A balun manufactured by using an integrated passive component process comprises a substrate, a first coplanar spiral structure body and a second coplanar spiral structure body. One end of the first left coil at the innermost circle of the first coplanar spiral structure body is electrically connected with the first right coil at the innermost circle through the first bridging part. The two ends of the first coplanar spiral structure body are respectively and electrically connected with the first left coil and the first right coil of the outermost ring. One end of the second left coil at the innermost circle of the second coplanar spiral structure is electrically connected with the second right coil at the innermost circle through the second bridging part. And two ends of the second coplanar spiral structure are respectively and electrically connected with the second left coil and the second right coil of the outermost ring. The first left coil and the second left coil are arranged in a staggered mode, and the first right coil and the second right coil are arranged in a staggered mode.

Description

Balun Fabricated Using Integrated Passive Components Process

technical field

The present invention relates to a balun circuit, and more particularly to a balun circuit manufactured using an Integrated Passive Device (IPD) process.

Background technique

Generally speaking, when the antenna in the communication device receives the wireless signal, the single-port electrical signal output by the antenna is output to a balun. The balun will convert the single-port electrical signal into a dual-port electrical signal, and output it to a radio frequency (Radio Frequency, RF) transceiver (Transceiver) for processing.

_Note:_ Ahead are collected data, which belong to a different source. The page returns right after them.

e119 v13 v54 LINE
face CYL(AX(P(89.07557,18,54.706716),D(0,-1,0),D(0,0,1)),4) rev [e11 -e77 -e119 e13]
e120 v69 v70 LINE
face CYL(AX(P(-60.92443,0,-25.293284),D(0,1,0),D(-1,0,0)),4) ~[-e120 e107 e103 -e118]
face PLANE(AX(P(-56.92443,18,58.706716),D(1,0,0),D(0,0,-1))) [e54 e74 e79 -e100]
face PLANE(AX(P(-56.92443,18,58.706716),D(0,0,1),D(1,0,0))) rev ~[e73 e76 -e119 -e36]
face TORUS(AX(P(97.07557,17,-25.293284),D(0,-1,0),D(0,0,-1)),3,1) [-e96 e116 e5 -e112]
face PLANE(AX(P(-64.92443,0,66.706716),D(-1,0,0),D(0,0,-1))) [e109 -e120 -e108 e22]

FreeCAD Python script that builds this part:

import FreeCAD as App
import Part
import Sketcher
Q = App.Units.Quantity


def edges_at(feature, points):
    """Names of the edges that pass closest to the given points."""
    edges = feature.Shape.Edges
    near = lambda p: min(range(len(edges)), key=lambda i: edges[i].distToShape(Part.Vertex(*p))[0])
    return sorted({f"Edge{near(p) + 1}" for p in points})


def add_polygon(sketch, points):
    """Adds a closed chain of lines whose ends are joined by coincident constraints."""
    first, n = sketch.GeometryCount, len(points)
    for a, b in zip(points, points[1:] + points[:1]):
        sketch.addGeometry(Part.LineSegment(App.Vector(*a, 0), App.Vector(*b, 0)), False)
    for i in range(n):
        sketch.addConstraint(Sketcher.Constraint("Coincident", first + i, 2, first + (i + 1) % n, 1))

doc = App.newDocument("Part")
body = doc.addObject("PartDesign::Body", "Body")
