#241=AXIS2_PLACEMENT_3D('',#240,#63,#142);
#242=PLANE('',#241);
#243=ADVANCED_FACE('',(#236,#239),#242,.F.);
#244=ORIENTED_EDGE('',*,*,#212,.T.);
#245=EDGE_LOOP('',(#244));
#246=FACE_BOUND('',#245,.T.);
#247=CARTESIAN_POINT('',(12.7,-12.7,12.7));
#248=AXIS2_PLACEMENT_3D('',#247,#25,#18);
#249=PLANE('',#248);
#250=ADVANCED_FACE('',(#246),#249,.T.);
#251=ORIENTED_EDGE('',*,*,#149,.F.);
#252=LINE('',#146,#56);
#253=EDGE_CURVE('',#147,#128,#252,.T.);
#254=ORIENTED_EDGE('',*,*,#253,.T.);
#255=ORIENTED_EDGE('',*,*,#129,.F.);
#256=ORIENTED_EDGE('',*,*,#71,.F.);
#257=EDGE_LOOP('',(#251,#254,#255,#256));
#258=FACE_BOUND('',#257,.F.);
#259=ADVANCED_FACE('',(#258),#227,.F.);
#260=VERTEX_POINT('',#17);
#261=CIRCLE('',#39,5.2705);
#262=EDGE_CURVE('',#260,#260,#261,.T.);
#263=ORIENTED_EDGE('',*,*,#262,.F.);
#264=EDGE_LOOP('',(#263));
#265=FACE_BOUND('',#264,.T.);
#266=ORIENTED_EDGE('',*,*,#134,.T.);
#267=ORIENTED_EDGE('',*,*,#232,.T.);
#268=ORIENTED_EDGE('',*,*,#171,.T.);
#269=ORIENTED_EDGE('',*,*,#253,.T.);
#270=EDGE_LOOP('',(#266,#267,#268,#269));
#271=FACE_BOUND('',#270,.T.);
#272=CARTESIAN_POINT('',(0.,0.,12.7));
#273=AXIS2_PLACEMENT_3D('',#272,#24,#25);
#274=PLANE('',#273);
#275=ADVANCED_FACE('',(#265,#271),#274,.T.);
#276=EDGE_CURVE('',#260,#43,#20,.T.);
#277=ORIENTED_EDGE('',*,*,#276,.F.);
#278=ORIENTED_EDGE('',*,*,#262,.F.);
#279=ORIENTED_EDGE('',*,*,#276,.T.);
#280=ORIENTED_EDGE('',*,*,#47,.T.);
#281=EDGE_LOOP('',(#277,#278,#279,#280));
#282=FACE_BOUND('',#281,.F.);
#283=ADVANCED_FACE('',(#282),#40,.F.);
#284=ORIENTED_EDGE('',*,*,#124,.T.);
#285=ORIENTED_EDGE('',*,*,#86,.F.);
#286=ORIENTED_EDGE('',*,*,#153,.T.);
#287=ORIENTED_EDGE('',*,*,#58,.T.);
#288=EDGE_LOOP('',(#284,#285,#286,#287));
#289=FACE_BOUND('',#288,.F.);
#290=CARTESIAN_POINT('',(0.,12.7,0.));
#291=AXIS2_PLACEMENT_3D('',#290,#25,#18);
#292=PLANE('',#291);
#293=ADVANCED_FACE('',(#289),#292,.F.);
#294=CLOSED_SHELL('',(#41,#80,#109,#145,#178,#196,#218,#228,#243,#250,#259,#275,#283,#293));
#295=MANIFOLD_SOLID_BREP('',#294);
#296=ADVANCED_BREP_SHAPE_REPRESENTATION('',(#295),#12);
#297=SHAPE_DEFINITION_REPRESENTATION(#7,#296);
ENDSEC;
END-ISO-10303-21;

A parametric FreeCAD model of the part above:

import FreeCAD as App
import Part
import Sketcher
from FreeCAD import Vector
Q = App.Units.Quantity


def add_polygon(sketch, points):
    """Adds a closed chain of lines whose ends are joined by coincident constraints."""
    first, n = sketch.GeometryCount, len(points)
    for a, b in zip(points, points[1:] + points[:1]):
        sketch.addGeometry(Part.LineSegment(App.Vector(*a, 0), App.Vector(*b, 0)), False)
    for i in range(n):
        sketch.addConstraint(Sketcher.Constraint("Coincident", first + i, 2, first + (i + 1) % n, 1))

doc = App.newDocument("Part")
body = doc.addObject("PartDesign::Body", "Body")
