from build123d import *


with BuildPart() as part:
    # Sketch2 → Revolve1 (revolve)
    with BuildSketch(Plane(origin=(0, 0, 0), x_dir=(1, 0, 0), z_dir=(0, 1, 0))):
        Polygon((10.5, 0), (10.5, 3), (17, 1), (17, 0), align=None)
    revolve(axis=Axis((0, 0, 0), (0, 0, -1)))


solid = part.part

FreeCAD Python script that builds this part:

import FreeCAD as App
import Part
import Sketcher
from FreeCAD import Vector
Q = App.Units.Quantity

doc = App.newDocument("Part")
body = doc.addObject("PartDesign::Body", "Body")

# Sketch on XZ plane
sketch1 = doc.addObject("Sketcher::SketchObject", "Sketch")
body.addObject(sketch1)
sketch1.AttachmentSupport = (doc.XZ_Plane, [""])
sketch1.MapMode = "FlatFace"
sketch1.addGeometry(Part.LineSegment(Vector(10.5, -3, 0), Vector(10.5, 0, 0)), False)
sketch1.addGeometry(Part.LineSegment(Vector(10.5, 0, 0), Vector(17, 0, 0)), False)
sketch1.addGeometry(Part.LineSegment(Vector(17, 0, 0), Vector(17, -1, 0)), False)
sketch1.addGeometry(Part.LineSegment(Vector(17, -1, 0), Vector(10.5, -3, 0)), False)
sketch1.addConstraint(Sketcher.Constraint("Coincident", 0, 2, 1, 1))
sketch1.addConstraint(Sketcher.Constraint("Coincident", 1, 2, 2, 1))
sketch1.addConstraint(Sketcher.Constraint("Coincident", 2, 2, 3, 1))
sketch1.addConstraint(Sketcher.Constraint("Coincident", 3, 2, 0, 1))
sketch1.addConstraint(Sketcher.Constraint("Vertical", 0))
sketch1.addConstraint(Sketcher.Constraint("Horizontal", 1))
sketch1.addConstraint(Sketcher.Constraint("Vertical", 2))
sketch1.addConstraint(Sketcher.Constraint("PointOnObject", 0, 2, -1))
sketch1.addConstraint(Sketcher.Constraint("DistanceY", 0, 1, 0, 2, Q("3 mm")))
sketch1.addConstraint(Sketcher.Constraint("DistanceY", 2, 2, 2, 1, Q("1 mm")))
sketch1.addConstraint(Sketcher.Constraint("DistanceX", 1, 1, 1, 2, Q("6.5 mm")))
sketch1.addConstraint(Sketcher.Constraint("DistanceX", -1, 1, 1, 2, Q("17 mm")))
revolution = doc.addObject("PartDesign::Revolution", "Revolution")
body.addObject(revolution)
revolution.Profile = sketch1
revolution.ReferenceAxis = (sketch1, ["V_Axis"])
revolution.Angle = 360

doc.recompute()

A current balun is achieved by a low temperature co-fired ceramic (LTCC) process. However, the balun manufactured by this LTCC process must first be electrically connected to a substrate by Surface-Mount Technology (SMT) before it can be electrically connected to the RF transceiver chip on the substrate. In this way, the area for configuring the balun produced by the LTCC process and the area for configuring the radio frequency transceiver chip must be reserved on the base material at the same time, so that the required area of the base material increases and occupies a larger space of the communication device. Therefore, how to reduce the area of the required substrate to save the internal space of the communication device is one of the directions that the industry is working on.

Contents of the invention

The invention relates to a balun manufactured by an integrated passive component process, which can be directly configured on a radio frequency transceiver chip, thereby reducing the required substrate area and saving the internal space of the communication device.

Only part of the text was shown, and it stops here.